The agent that actually does the work lives on your hardware. A small bridge on your machine connects your local Claude Code, Codex, or OpenClaw session to your account. The wearable and your phone are remote controls and viewports for that session. The substance of your work never has to be evaluated inside Nexting's servers, because the evaluation happens where the agent already lives.

The keys stay with you

Encryption keys belong to your endpoints — your devices — not to the Nexting cloud. Because the cloud never holds the keys, it cannot decrypt what passes through it. This is the property that distinguishes real end-to-end encryption from “encrypted in transit, then readable on our servers.” The keys living with you is the whole point.

The cloud relays ciphertext, not readable session content

When you dispatch a task from your wearable and watch the session stream back, the session content moves between your devices as ciphertext. The Nexting relay forwards sealed bytes; it does not store or read your readable session content. It performs the dumb-pipe role — getting encrypted data from one of your endpoints to another — without being able to open it. That is what “relays ciphertext rather than readable session content” means, and we say it that precisely on purpose.

Put the three together and the threat model from earlier collapses in the good direction. The network in between sees ciphertext. The vendor cloud — Nexting — sees ciphertext, so its employees, logs, and backups cannot read your sessions, and a future breach of the relay yields encrypted blobs rather than your work. Legal compulsion against Nexting cannot produce plaintext that Nexting does not possess. The remaining exposure honestly sits with your own endpoints and with the model provider you chose to run your agent on — which is exactly where a privacy-conscious person would want the trust boundary to be, because you picked those.

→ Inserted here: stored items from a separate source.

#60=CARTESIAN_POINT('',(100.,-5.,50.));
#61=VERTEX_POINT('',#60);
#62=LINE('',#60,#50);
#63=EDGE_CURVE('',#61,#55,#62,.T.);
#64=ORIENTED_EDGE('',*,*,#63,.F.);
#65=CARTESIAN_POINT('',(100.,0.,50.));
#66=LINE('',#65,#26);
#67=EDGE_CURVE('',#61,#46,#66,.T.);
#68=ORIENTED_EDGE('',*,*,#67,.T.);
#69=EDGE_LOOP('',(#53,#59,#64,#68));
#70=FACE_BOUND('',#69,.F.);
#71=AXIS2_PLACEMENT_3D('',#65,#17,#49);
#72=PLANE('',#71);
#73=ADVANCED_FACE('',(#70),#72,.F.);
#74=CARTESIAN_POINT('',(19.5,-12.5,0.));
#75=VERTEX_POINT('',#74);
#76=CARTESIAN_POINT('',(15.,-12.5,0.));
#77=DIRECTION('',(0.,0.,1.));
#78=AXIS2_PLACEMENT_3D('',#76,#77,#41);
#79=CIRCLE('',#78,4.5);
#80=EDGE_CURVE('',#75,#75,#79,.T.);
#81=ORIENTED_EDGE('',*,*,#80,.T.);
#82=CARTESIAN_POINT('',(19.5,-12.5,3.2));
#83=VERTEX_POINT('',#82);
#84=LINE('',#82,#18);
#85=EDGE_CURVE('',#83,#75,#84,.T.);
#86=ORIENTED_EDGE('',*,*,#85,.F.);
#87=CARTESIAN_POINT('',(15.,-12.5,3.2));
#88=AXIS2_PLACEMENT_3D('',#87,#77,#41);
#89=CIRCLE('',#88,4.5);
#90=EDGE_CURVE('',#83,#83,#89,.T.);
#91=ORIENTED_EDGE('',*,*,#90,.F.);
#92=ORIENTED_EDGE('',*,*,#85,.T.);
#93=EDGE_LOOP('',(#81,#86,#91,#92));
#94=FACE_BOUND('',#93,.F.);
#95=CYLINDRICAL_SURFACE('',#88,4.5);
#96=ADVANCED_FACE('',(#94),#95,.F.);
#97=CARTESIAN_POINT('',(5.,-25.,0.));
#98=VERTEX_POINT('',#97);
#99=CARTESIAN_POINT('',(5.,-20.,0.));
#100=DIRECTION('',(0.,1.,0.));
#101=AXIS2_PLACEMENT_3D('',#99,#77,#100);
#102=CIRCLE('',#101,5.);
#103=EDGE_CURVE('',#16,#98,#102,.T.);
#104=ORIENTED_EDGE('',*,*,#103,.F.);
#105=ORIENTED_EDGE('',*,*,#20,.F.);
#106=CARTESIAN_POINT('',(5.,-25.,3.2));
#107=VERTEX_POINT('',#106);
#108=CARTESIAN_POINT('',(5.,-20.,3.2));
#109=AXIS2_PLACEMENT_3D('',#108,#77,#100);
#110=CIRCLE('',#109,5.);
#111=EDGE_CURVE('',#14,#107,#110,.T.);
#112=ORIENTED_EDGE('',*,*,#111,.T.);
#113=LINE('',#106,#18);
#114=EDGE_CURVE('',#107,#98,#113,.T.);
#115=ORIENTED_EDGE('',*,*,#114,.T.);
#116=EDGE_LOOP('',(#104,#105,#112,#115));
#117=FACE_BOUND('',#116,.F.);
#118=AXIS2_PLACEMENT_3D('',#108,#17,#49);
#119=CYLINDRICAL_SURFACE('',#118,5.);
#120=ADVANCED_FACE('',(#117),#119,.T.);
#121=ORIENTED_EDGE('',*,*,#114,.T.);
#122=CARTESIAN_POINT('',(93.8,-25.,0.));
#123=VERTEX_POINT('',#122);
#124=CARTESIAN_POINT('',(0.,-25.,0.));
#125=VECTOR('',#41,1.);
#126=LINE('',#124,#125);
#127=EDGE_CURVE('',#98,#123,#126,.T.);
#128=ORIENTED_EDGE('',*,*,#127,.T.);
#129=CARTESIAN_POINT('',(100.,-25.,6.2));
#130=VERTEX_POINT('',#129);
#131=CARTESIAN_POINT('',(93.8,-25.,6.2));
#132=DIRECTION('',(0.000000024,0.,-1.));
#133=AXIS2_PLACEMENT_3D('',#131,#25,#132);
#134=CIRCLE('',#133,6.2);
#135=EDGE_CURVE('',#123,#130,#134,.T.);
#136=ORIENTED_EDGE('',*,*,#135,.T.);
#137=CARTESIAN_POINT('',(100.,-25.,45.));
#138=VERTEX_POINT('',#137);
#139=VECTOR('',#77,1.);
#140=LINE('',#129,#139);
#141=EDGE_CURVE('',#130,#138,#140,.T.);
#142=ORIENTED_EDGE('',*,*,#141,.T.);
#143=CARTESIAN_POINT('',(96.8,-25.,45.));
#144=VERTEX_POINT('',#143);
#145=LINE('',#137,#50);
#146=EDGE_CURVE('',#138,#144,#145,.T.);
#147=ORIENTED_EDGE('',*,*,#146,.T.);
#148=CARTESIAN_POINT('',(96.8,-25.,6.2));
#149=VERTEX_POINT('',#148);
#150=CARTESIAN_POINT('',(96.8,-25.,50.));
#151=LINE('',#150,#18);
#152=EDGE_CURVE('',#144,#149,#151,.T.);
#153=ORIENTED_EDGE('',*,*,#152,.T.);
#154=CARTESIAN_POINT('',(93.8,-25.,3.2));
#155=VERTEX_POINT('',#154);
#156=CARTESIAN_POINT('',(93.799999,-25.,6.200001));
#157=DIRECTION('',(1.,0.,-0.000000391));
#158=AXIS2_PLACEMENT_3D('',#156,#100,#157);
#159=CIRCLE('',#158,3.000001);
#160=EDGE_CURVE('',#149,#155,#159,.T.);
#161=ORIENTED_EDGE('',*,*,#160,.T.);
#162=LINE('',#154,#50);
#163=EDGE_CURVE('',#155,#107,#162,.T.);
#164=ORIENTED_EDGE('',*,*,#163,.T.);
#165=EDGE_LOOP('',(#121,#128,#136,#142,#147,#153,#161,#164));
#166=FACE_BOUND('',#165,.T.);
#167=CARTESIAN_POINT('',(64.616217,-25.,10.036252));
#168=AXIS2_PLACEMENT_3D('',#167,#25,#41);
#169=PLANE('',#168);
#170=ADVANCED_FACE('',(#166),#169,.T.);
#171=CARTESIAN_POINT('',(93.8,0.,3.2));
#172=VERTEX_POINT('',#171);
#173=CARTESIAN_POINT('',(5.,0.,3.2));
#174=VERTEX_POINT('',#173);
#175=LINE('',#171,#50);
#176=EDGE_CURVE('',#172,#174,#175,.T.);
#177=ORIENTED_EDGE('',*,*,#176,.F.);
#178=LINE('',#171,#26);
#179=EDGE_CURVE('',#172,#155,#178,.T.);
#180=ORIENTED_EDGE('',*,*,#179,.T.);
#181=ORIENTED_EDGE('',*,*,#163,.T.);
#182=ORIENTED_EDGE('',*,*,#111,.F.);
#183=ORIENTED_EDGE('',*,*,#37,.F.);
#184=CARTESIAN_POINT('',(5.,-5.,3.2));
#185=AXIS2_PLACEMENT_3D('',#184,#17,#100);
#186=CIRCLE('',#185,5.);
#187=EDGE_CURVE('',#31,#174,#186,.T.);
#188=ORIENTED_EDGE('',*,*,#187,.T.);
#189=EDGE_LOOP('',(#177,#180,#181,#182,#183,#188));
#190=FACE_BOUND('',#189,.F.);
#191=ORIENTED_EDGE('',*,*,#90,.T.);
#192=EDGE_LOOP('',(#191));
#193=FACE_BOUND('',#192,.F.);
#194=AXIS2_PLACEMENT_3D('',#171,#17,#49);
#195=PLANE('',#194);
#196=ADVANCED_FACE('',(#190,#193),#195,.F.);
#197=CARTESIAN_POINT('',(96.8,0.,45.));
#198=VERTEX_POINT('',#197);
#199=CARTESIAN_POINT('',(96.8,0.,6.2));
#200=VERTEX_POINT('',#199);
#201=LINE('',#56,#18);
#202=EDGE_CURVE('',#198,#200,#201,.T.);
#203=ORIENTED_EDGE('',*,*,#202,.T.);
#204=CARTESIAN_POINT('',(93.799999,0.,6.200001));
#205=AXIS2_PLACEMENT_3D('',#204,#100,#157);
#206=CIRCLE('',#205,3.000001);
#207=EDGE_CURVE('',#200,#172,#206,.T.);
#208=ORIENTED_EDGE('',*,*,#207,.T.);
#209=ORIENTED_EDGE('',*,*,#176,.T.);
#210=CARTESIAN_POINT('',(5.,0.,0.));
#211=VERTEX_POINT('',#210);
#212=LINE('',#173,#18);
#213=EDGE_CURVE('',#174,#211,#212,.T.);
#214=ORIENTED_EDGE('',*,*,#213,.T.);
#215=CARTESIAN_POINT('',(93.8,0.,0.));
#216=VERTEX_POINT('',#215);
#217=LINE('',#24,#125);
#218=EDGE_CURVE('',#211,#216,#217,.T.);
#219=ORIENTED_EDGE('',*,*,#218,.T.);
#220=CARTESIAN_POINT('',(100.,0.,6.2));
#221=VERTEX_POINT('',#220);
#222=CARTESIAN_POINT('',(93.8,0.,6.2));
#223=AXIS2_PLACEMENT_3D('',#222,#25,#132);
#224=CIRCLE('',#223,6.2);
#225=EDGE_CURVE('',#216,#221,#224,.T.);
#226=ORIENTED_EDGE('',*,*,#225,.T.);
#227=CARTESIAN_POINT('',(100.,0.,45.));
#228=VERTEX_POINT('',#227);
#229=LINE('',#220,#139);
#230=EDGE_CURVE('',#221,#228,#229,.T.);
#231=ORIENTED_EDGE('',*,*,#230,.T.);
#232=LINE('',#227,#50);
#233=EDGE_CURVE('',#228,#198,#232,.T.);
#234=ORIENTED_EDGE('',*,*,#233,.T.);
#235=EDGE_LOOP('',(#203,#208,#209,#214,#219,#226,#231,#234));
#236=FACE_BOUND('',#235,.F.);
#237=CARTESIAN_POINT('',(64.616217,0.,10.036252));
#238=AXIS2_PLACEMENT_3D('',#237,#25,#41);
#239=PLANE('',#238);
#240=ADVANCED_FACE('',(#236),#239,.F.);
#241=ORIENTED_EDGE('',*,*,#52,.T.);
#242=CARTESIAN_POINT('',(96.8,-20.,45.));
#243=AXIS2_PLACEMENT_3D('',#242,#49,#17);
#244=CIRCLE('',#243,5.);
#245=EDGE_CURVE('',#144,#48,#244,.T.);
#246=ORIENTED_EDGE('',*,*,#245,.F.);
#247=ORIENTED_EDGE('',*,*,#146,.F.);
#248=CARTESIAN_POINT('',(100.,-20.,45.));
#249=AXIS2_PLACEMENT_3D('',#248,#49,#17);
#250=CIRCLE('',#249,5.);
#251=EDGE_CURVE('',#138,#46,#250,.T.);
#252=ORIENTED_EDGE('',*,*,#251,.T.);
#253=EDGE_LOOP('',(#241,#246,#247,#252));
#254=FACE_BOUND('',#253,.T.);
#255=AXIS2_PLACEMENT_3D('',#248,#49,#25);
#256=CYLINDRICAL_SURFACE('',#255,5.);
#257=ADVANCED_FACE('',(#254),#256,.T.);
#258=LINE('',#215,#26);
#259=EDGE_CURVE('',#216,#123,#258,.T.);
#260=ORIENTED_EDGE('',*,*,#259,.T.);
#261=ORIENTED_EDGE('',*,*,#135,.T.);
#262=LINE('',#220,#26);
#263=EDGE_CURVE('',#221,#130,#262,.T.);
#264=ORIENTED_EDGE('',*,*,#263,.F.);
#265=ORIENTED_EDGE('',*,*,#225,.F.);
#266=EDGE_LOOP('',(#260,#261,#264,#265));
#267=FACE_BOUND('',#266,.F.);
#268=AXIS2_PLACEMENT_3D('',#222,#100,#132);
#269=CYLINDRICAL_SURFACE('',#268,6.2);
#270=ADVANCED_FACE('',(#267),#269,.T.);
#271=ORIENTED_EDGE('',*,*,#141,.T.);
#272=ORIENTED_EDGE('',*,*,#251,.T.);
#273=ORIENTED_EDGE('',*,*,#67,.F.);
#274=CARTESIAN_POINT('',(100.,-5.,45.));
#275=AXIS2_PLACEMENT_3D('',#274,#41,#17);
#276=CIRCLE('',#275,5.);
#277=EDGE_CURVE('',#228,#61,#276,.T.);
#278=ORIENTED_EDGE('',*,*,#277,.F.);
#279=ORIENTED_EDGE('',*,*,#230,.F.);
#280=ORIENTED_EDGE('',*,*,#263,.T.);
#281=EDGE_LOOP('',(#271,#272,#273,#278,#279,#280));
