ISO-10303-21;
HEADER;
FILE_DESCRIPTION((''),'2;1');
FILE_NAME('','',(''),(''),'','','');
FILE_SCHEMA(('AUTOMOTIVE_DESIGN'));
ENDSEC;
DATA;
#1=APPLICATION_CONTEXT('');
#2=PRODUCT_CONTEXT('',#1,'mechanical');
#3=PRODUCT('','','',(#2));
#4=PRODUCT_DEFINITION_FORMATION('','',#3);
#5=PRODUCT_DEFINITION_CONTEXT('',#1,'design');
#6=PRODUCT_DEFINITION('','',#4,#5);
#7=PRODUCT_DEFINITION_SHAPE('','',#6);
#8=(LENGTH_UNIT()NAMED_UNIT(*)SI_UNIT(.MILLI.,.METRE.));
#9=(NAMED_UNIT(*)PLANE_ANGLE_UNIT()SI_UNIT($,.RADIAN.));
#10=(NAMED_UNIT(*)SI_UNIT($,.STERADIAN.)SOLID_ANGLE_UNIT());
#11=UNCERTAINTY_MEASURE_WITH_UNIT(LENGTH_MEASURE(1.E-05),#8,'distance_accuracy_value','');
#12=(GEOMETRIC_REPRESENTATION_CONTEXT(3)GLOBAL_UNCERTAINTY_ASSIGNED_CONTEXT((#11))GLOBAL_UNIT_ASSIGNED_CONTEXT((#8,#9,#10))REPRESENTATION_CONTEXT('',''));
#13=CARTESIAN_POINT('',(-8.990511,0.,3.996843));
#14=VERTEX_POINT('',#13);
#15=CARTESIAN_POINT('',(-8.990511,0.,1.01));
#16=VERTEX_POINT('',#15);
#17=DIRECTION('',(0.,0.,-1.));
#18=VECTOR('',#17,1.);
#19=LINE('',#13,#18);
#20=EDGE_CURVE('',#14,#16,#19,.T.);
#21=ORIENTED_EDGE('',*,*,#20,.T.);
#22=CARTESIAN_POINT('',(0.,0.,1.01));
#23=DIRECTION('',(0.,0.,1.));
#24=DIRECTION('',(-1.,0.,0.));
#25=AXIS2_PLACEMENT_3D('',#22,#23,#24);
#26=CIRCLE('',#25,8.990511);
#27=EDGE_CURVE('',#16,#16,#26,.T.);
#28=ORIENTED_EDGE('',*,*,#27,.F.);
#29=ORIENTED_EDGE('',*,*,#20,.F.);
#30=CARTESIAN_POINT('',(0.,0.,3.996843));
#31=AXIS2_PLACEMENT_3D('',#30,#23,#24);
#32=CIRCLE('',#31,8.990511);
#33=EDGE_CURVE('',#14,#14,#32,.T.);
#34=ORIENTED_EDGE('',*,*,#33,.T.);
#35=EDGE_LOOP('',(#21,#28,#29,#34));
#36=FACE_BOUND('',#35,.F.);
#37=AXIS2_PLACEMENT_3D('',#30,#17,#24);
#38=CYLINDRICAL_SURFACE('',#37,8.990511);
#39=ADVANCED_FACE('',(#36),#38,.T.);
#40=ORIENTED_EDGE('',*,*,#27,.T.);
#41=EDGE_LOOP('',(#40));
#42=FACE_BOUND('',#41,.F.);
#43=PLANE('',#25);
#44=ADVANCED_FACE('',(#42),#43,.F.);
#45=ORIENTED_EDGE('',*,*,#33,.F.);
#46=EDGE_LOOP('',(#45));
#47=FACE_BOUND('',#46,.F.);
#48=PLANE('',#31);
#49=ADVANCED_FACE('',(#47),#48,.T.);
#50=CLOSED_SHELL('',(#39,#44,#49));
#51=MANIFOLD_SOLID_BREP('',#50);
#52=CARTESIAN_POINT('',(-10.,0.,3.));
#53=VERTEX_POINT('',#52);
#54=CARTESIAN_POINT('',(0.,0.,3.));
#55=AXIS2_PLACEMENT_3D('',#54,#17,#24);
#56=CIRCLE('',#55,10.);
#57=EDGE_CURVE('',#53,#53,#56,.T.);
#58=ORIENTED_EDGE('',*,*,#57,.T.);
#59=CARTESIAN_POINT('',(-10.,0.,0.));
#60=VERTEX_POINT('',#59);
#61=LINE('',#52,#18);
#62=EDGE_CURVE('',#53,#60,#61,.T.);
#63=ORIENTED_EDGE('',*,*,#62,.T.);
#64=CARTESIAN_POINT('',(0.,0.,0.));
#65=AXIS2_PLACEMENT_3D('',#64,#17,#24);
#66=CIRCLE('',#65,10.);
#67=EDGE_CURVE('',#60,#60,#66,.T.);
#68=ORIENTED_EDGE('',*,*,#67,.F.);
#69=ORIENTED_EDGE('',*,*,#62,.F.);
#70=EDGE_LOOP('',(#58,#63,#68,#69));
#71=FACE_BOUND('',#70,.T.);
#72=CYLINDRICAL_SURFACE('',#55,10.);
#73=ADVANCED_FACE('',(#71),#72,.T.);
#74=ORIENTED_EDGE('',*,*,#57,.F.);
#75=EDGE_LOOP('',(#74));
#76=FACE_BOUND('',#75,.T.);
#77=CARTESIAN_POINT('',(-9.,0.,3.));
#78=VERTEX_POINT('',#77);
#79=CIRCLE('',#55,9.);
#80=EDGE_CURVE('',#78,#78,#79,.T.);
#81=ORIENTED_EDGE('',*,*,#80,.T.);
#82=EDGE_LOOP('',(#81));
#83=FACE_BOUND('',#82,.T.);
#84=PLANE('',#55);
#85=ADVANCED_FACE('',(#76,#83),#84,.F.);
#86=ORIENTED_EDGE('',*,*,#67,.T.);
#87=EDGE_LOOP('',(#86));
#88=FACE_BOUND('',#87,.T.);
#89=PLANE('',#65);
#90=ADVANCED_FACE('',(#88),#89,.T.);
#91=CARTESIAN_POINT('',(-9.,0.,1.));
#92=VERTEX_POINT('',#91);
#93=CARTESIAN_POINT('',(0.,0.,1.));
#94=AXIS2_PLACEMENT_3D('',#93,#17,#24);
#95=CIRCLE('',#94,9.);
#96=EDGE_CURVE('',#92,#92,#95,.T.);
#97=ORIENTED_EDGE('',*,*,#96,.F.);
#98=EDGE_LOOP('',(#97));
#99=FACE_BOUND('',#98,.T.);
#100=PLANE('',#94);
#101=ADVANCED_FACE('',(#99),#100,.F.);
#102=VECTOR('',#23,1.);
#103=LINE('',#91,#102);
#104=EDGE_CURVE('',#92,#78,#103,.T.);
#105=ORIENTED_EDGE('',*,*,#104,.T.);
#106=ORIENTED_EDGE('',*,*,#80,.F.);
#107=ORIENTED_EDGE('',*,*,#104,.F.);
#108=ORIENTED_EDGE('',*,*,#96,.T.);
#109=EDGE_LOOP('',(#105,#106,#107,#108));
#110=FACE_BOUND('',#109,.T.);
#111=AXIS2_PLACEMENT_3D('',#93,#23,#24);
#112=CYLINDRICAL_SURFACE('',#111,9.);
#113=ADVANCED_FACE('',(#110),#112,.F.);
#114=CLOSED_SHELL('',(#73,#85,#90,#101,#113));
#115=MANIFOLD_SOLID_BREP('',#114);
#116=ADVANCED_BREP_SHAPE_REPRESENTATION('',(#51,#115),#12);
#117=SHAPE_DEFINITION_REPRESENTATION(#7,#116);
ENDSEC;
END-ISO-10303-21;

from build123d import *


with BuildPart() as f2:
    # F1 (on face) → F2 (revolve)
    with BuildSketch(Plane.XZ):
        Polygon((0, 3.996843), (-8.990511, 3.996843), (-8.990511, 2.996843), (-8.990511, 1.01), (0, 1.01), align=None)
    revolve(axis=Axis((0, 0, 2.503422), (0, 0, 1)))


with BuildPart() as f3:
    # F0 (on Front) → F3 (revolve)
    with BuildSketch(Plane.XZ):
        Polygon((-10, 0), (0, 0), (0, 1), (-9, 1), (-9, 3), (-10, 3), align=None)
    revolve(axis=Axis((0, 0, 0.5), (0, 0, -1)))


solid = Compound([f2.part, f3.part])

A single dispatch, traced end to end

Abstractions are easy to nod along to and hard to trust. So let us trace one ordinary action through the system, step by step, and name what is readable and what is sealed at each hop. Imagine you are walking to lunch and you say into your PIN: “Have the agent run the test suite on the billing service and tell me if anything breaks.” Here is the journey of those words in a BYOA mode with end-to-end encryption on.

First, capture. The wearable picks up your sentence. This is the one moment your raw voice exists in the open, on a device on your own body. Before it travels anywhere, it is sealed with keys that belong to your endpoints. From this instant forward, the content is ciphertext to everything except your own authorized devices.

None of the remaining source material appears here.